AUD CPA Practice Questions: The Differences Between SOC 1 and SOC 2 Engagements

In this video, we walk through 5 AUD practice questions teaching about the differences between SOC 1 and SOC 2 engagements. These questions are from AUD content area 2 on the AICPA CPA exam blueprints: Assessing Risk and Developing a Planned Response.

The best way to use each video is to pause each time we get to a new question in the video, and then make your own attempt at the question before watching us go through it.

Also be sure to watch one of our free webinars on the 6 “key ingredients” to an extremely effective & efficient CPA study process here…

The Differences Between SOC 1 and SOC 2 Engagements

When businesses rely on third-party service providers, they often need assurance that these providers have effective internal controls in place. That’s where SOC (System and Organization Controls) reports come in. In this post, we’ll break down the key differences between SOC 1 and SOC 2 engagements, explore Type 1 vs. Type 2 reports, and give examples.

What Is a SOC 1 Engagement?

A SOC 1 engagement evaluates a service organization’s internal controls relevant to financial reporting (ICFR). This is crucial for companies that provide outsourced services affecting their clients’ financial statements, such as payroll processors, loan servicing companies, or third-party billing providers.

For example, if a payroll service provider manages employee wages for multiple businesses, errors in their system could result in incorrect payroll expenses on their clients’ financial statements. A SOC 1 report helps ensure that the payroll provider has properly designed and implemented controls to prevent such errors.

What Is a SOC 2 Engagement?

A SOC 2 engagement assesses a service organization’s controls related to security, availability, processing integrity, confidentiality, and privacy—known as the Trust Services Criteria. These reports are not focused on financial reporting but instead help companies evaluate whether a service provider has strong data protection and cybersecurity controls.

For example, a cloud storage provider that hosts sensitive business data might undergo a SOC 2 audit to demonstrate that its security measures effectively protect against unauthorized access. Clients looking for assurance that their data is safe would request a SOC 2 report before signing a contract.

Type 1 vs. Type 2 SOC Reports

Both SOC 1 and SOC 2 reports can be issued as Type 1 or Type 2, depending on the depth of the assessment.

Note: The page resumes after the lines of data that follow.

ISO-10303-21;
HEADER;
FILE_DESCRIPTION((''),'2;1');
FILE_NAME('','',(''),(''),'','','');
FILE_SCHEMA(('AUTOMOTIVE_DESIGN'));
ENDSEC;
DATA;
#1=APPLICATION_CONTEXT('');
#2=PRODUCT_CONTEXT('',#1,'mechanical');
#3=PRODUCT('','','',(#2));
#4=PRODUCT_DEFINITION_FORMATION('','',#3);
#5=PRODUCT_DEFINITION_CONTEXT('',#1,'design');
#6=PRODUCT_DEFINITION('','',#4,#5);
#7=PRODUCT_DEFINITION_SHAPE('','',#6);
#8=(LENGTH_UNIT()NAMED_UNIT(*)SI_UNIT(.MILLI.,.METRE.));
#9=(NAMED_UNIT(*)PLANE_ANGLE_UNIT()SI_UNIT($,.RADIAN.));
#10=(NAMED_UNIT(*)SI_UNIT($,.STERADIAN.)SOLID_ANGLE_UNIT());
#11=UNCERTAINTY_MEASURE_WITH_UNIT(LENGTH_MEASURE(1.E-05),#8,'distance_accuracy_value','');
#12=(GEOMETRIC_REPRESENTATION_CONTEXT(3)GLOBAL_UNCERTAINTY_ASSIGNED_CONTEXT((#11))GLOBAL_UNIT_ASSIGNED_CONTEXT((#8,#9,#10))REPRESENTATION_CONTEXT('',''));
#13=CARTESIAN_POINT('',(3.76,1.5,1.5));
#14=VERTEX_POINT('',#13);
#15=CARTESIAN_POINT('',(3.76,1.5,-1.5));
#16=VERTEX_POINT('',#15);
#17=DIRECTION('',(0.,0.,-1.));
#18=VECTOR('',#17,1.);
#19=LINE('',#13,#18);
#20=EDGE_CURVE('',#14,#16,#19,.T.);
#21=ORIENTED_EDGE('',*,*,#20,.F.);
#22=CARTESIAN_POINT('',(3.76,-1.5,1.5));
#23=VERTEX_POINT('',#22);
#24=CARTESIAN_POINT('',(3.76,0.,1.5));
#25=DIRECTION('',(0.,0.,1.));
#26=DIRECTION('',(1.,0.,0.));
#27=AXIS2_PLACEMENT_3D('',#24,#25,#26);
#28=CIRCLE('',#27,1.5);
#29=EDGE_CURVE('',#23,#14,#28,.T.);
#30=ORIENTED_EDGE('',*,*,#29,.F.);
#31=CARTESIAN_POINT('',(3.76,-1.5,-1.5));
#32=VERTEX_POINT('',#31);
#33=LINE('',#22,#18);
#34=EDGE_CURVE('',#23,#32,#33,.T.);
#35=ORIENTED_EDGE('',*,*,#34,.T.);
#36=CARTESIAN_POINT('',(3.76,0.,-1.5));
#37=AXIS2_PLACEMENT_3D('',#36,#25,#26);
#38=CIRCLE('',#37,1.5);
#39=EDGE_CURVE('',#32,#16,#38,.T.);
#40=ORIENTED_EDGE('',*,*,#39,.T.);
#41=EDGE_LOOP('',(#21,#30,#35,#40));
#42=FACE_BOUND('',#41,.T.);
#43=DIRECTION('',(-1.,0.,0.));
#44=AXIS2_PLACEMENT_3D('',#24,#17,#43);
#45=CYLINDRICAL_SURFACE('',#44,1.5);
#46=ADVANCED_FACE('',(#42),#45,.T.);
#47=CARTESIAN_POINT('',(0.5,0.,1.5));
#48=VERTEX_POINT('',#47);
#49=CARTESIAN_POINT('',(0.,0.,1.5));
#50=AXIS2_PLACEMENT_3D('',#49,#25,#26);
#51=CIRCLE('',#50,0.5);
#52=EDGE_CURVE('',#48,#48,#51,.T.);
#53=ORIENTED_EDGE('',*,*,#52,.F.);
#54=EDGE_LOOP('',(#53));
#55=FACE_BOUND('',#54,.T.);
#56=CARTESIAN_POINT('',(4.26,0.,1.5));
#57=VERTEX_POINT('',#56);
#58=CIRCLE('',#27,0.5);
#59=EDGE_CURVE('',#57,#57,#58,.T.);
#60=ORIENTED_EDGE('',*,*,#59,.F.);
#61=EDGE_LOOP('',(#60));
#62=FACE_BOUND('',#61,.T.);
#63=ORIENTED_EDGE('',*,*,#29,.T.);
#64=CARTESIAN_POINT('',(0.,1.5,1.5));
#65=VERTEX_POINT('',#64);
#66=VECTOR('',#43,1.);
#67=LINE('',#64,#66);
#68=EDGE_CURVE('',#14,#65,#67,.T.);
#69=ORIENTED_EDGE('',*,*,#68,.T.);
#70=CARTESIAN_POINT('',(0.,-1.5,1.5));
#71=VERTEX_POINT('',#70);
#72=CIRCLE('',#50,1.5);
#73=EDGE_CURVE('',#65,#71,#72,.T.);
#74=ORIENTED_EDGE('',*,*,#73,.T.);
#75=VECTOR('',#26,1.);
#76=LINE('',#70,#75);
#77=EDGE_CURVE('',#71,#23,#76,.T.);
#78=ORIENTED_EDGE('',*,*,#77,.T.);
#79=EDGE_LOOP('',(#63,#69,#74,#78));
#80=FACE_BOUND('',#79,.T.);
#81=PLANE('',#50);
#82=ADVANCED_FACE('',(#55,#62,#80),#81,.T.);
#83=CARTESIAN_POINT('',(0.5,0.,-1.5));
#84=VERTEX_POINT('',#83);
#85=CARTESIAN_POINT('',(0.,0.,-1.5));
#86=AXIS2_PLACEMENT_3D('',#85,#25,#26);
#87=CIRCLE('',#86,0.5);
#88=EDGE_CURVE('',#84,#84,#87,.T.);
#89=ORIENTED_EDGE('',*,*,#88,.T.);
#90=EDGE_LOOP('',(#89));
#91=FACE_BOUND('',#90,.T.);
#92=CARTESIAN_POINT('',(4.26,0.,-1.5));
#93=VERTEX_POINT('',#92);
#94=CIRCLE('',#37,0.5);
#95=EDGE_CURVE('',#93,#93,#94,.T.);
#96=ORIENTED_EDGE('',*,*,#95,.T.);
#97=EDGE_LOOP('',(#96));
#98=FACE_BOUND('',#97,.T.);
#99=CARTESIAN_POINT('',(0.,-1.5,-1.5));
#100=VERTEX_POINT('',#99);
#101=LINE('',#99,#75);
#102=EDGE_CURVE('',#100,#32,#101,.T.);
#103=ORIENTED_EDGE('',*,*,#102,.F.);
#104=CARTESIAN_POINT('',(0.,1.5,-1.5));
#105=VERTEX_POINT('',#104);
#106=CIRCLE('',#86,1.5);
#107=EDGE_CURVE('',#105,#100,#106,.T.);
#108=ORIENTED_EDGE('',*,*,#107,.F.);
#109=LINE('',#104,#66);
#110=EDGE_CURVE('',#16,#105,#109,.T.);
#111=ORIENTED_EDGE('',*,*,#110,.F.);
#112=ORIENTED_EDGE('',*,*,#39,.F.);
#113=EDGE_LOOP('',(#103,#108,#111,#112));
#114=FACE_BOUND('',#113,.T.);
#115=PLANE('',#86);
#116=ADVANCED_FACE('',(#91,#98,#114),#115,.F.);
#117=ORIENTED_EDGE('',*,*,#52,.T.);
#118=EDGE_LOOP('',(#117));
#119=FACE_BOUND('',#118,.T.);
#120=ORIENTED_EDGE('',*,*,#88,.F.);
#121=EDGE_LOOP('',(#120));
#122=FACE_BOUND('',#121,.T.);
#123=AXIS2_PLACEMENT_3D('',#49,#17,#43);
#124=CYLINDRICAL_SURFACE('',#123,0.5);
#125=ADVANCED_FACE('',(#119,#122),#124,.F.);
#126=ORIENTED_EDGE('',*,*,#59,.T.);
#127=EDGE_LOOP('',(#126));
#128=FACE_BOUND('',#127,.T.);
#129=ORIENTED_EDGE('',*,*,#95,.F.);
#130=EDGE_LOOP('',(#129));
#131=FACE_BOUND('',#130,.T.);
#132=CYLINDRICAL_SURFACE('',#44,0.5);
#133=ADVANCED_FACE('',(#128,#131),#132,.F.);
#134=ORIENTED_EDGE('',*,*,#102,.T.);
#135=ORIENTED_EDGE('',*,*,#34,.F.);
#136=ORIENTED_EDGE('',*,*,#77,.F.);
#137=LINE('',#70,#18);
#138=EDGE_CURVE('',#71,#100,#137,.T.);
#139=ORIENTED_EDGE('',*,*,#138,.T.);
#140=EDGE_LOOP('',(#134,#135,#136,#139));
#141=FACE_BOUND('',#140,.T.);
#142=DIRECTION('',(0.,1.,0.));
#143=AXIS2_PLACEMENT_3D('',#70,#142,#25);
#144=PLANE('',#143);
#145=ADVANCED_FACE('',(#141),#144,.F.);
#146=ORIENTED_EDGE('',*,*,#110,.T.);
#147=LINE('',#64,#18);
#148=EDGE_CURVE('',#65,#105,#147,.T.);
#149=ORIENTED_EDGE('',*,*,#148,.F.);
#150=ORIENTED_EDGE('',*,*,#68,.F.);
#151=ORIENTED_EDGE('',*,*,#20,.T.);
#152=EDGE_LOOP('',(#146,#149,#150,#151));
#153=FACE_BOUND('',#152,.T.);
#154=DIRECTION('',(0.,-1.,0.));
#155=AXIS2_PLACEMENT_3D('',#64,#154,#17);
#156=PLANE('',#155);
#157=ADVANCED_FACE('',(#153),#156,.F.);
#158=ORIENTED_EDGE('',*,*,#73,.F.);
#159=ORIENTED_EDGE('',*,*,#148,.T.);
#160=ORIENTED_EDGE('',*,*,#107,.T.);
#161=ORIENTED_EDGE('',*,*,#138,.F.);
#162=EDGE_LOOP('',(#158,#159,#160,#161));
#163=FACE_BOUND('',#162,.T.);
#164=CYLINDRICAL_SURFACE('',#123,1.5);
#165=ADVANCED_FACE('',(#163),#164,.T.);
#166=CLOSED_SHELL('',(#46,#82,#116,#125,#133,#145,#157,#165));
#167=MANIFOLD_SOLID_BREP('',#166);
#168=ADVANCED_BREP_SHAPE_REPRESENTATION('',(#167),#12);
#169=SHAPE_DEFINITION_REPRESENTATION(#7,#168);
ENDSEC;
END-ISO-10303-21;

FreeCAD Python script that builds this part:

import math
import FreeCAD as App
import Part
import Sketcher
from FreeCAD import Vector

doc = App.newDocument("Part")
params = doc.addObject("Spreadsheet::Sheet", "Params")
for row, (alias, value) in enumerate([
    ("sketch1_diameter", "1 mm"),
    ("sketch1_radius", "1.5 mm"),
    ("sketch1_width", "3.76 mm"),
    ("pad1_length", "3 mm"),
], start=1):
    params.set(f"A{row}", alias)
    params.set(f"B{row}", "=" + value)
    params.setAlias(f"B{row}", alias)

body = doc.addObject("PartDesign::Body", "Body")

# Sketch on XY plane
sketch1 = body.newObject("Sketcher::SketchObject", "Sketch")
sketch1.AttachmentSupport = (doc.getObject("XY_Plane"), [""])
sketch1.MapMode = "FlatFace"
sketch1.addGeometry([
    Part.LineSegment(Vector(3.8, 1.5, 0), Vector(0, 1.5, 0)),  # 0
    Part.ArcOfCircle(Part.Circle(Vector(0, 0, 0), Vector(0, 0, 1), 1.5), math.radians(90), math.radians(270)),  # 1
    Part.LineSegment(Vector(0, -1.5, 0), Vector(3.8, -1.5, 0)),  # 2
    Part.ArcOfCircle(Part.Circle(Vector(3.8, 0, 0), Vector(0, 0, 1), 1.5), math.radians(-90), math.radians(90)),  # 3
    Part.Circle(Vector(3.8, 0, 0), Vector(0, 0, 1), 0.5),  # 4
    Part.Circle(Vector(0, 0, 0), Vector(0, 0, 1), 0.5),  # 5
], False)
sketch1.addConstraint([
    Sketcher.Constraint("Tangent", 0, 2, 1, 1),
    Sketcher.Constraint("Tangent", 1, 2, 2, 1),
    Sketcher.Constraint("Tangent", 2, 2, 3, 1),
    Sketcher.Constraint("Tangent", 3, 2, 0, 1),
    Sketcher.Constraint("Horizontal", 0),
    Sketcher.Constraint("Horizontal", 2),
    Sketcher.Constraint("Coincident", 1, 3, -1, 1),
    Sketcher.Constraint("Coincident", 5, 3, -1, 1),
    Sketcher.Constraint("Coincident", 4, 3, 3, 3),
    Sketcher.Constraint("Equal", 4, 5),
    Sketcher.Constraint("Diameter", 4, 1.0),
    Sketcher.Constraint("Radius", 1, 1.5),
    Sketcher.Constraint("DistanceX", 0, 2, 0, 1, 3.76),
])
sketch1.setExpression("Constraints[10]", "Params.sketch1_diameter")
sketch1.setExpression("Constraints[11]", "Params.sketch1_radius")
sketch1.setExpression("Constraints[12]", "Params.sketch1_width")
pad1 = body.newObject("PartDesign::Pad", "Pad")
pad1.Profile = sketch1
pad1.setExpression("Length", "Params.pad1_length")
pad1.Midplane = True

doc.recompute()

• Type 1 Report: Assesses whether a service organization’s controls are suitably designed as of a specific point in time (e.g., “as of December 31, 2024”). It does not test whether the controls were actually operating effectively over time—only that they were properly designed.
• Type 2 Report: Evaluates both the design and operating effectiveness of controls over a period of time (e.g., “from January 1, 2024, to December 31, 2024”). This provides greater assurance that controls are not only in place but also functioning as intended.

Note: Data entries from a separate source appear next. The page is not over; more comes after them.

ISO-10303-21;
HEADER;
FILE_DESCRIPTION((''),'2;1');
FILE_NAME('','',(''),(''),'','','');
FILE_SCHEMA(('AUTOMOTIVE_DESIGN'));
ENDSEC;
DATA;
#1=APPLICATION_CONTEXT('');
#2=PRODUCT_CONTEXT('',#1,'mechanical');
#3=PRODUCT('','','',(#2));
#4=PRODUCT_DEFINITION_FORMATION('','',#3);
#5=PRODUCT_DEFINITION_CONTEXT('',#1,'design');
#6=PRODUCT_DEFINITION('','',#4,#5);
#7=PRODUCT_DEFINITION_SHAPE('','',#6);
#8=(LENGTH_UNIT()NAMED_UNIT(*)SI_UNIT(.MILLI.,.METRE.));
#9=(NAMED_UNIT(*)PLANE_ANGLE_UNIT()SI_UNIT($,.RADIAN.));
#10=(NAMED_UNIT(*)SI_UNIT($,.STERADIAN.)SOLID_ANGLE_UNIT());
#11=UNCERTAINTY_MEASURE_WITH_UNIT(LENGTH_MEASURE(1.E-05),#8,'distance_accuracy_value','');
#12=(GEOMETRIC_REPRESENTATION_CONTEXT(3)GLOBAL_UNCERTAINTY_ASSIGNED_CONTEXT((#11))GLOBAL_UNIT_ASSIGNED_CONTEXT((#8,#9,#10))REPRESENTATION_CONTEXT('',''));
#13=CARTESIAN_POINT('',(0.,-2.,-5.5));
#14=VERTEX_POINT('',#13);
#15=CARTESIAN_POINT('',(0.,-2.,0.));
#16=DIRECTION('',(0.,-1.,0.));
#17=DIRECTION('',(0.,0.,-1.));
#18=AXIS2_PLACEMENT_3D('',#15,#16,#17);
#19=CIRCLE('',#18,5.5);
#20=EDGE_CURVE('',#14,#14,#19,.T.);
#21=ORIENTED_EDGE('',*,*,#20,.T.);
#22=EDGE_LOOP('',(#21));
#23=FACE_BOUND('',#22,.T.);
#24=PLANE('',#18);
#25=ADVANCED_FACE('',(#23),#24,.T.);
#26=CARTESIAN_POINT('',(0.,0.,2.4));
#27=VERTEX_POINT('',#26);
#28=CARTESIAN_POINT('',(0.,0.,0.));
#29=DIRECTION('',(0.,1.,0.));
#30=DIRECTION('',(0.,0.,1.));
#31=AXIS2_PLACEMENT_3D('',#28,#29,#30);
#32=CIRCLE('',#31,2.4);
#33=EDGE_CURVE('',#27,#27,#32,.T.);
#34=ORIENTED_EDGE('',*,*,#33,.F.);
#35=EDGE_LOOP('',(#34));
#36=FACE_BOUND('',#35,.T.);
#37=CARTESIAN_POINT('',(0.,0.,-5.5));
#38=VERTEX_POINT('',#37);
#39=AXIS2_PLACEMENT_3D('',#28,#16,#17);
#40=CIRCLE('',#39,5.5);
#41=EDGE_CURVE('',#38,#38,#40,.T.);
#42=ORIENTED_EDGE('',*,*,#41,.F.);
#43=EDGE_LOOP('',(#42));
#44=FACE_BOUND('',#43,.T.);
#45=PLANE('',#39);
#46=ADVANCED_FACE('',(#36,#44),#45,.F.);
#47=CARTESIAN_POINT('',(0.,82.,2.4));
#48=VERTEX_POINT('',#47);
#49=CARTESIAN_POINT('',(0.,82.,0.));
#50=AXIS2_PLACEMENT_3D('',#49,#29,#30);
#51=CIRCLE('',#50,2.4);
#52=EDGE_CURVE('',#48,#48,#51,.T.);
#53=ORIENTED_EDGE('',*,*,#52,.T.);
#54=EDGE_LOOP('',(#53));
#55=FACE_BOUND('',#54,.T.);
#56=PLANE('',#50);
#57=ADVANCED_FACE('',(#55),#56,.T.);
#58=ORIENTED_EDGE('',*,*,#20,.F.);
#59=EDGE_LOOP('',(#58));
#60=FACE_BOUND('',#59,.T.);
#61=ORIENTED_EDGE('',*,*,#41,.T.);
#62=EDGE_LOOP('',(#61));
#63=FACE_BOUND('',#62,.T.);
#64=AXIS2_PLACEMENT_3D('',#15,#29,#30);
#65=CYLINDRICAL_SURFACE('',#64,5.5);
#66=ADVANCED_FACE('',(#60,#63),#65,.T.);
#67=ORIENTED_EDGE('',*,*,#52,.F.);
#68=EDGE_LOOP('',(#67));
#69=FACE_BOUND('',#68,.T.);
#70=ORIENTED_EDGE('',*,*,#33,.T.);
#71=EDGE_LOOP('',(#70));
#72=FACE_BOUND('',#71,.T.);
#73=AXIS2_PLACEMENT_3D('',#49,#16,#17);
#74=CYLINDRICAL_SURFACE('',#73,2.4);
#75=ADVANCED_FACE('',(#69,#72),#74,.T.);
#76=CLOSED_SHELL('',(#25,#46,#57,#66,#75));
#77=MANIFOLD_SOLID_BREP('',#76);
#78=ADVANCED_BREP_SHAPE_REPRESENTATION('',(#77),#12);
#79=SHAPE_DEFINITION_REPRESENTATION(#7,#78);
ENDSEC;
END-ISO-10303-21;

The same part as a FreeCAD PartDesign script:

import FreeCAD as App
import Part
import Sketcher
from FreeCAD import Vector
Q = App.Units.Quantity

doc = App.newDocument("Part")
body = doc.addObject("PartDesign::Body", "Body")

sketch1 = doc.addObject("Sketcher::SketchObject", "Sketch")
body.addObject(sketch1)
sketch1.AttachmentSupport = (doc.XZ_Plane, [""])
sketch1.MapMode = "FlatFace"
sketch1.addGeometry(Part.Circle(Vector(0, 0, 0), Vector(0, 0, 1), 2.4), False)
sketch1.addConstraint([
    Sketcher.Constraint("Coincident", 0, 3, -1, 1),
    Sketcher.Constraint("Diameter", 0, Q("4.8 mm")),
])
pad1 = doc.addObject("PartDesign::Pad", "Pad")
body.addObject(pad1)
pad1.Profile = sketch1
pad1.Length = 82
pad1.Reversed = True

sketch2 = doc.addObject("Sketcher::SketchObject", "Sketch001")
body.addObject(sketch2)
sketch2.AttachmentSupport = (doc.XZ_Plane, [""])
sketch2.MapMode = "FlatFace"
sketch2.addGeometry(Part.Circle(Vector(0, 0, 0), Vector(0, 0, 1), 6), False)
sketch2.addConstraint([
    Sketcher.Constraint("Coincident", 0, 3, -1, 1),
    Sketcher.Constraint("Diameter", 0, Q("11 mm")),
])
pad2 = doc.addObject("PartDesign::Pad", "Pad001")
body.addObject(pad2)
pad2.Profile = sketch2
pad2.Length = 2

doc.recompute()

For example, a SOC 2 Type 1 report might confirm that a cloud provider has a firewall and encryption policies on a given date, while a SOC 2 Type 2 report would test whether those security measures actually worked over six months or a year.

Examples:

To reinforce these concepts, let’s consider a few scenarios and determine the correct SOC engagement and report type:

1. A financial services company wants assurance that their outsourced payroll provider’s controls over payroll transactions are effective over the past year.
   • Answer: SOC 1 Type 2 (Financial reporting controls, tested over time).
2. A cybersecurity firm provides an auditor with a report stating that its security and confidentiality controls were evaluated as of June 30, 2024, but no testing was done over time.
   • Answer: SOC 2 Type 1 (Trust Services Criteria controls, point-in-time evaluation).
3. A cloud-based document storage company needs to prove to new clients that its security controls have been operating effectively for the past 12 months.
   • Answer: SOC 2 Type 2 (Trust Services Criteria controls, tested over time).
4. A third-party billing company is asked to provide a report on whether its financial reporting controls were properly designed as of a single date.
   • Answer: SOC 1 Type 1 (Financial reporting controls, point-in-time evaluation).

Final Thoughts

SOC reports provide businesses with assurance when working with third-party service providers. SOC 1 engagements are focused on financial reporting, while SOC 2 engagements assess data security and trust-related controls. Understanding the difference between Type 1 and Type 2 reports helps businesses choose the right level of assurance based on whether they need to verify only control design (Type 1) or both design and effectiveness over time (Type 2).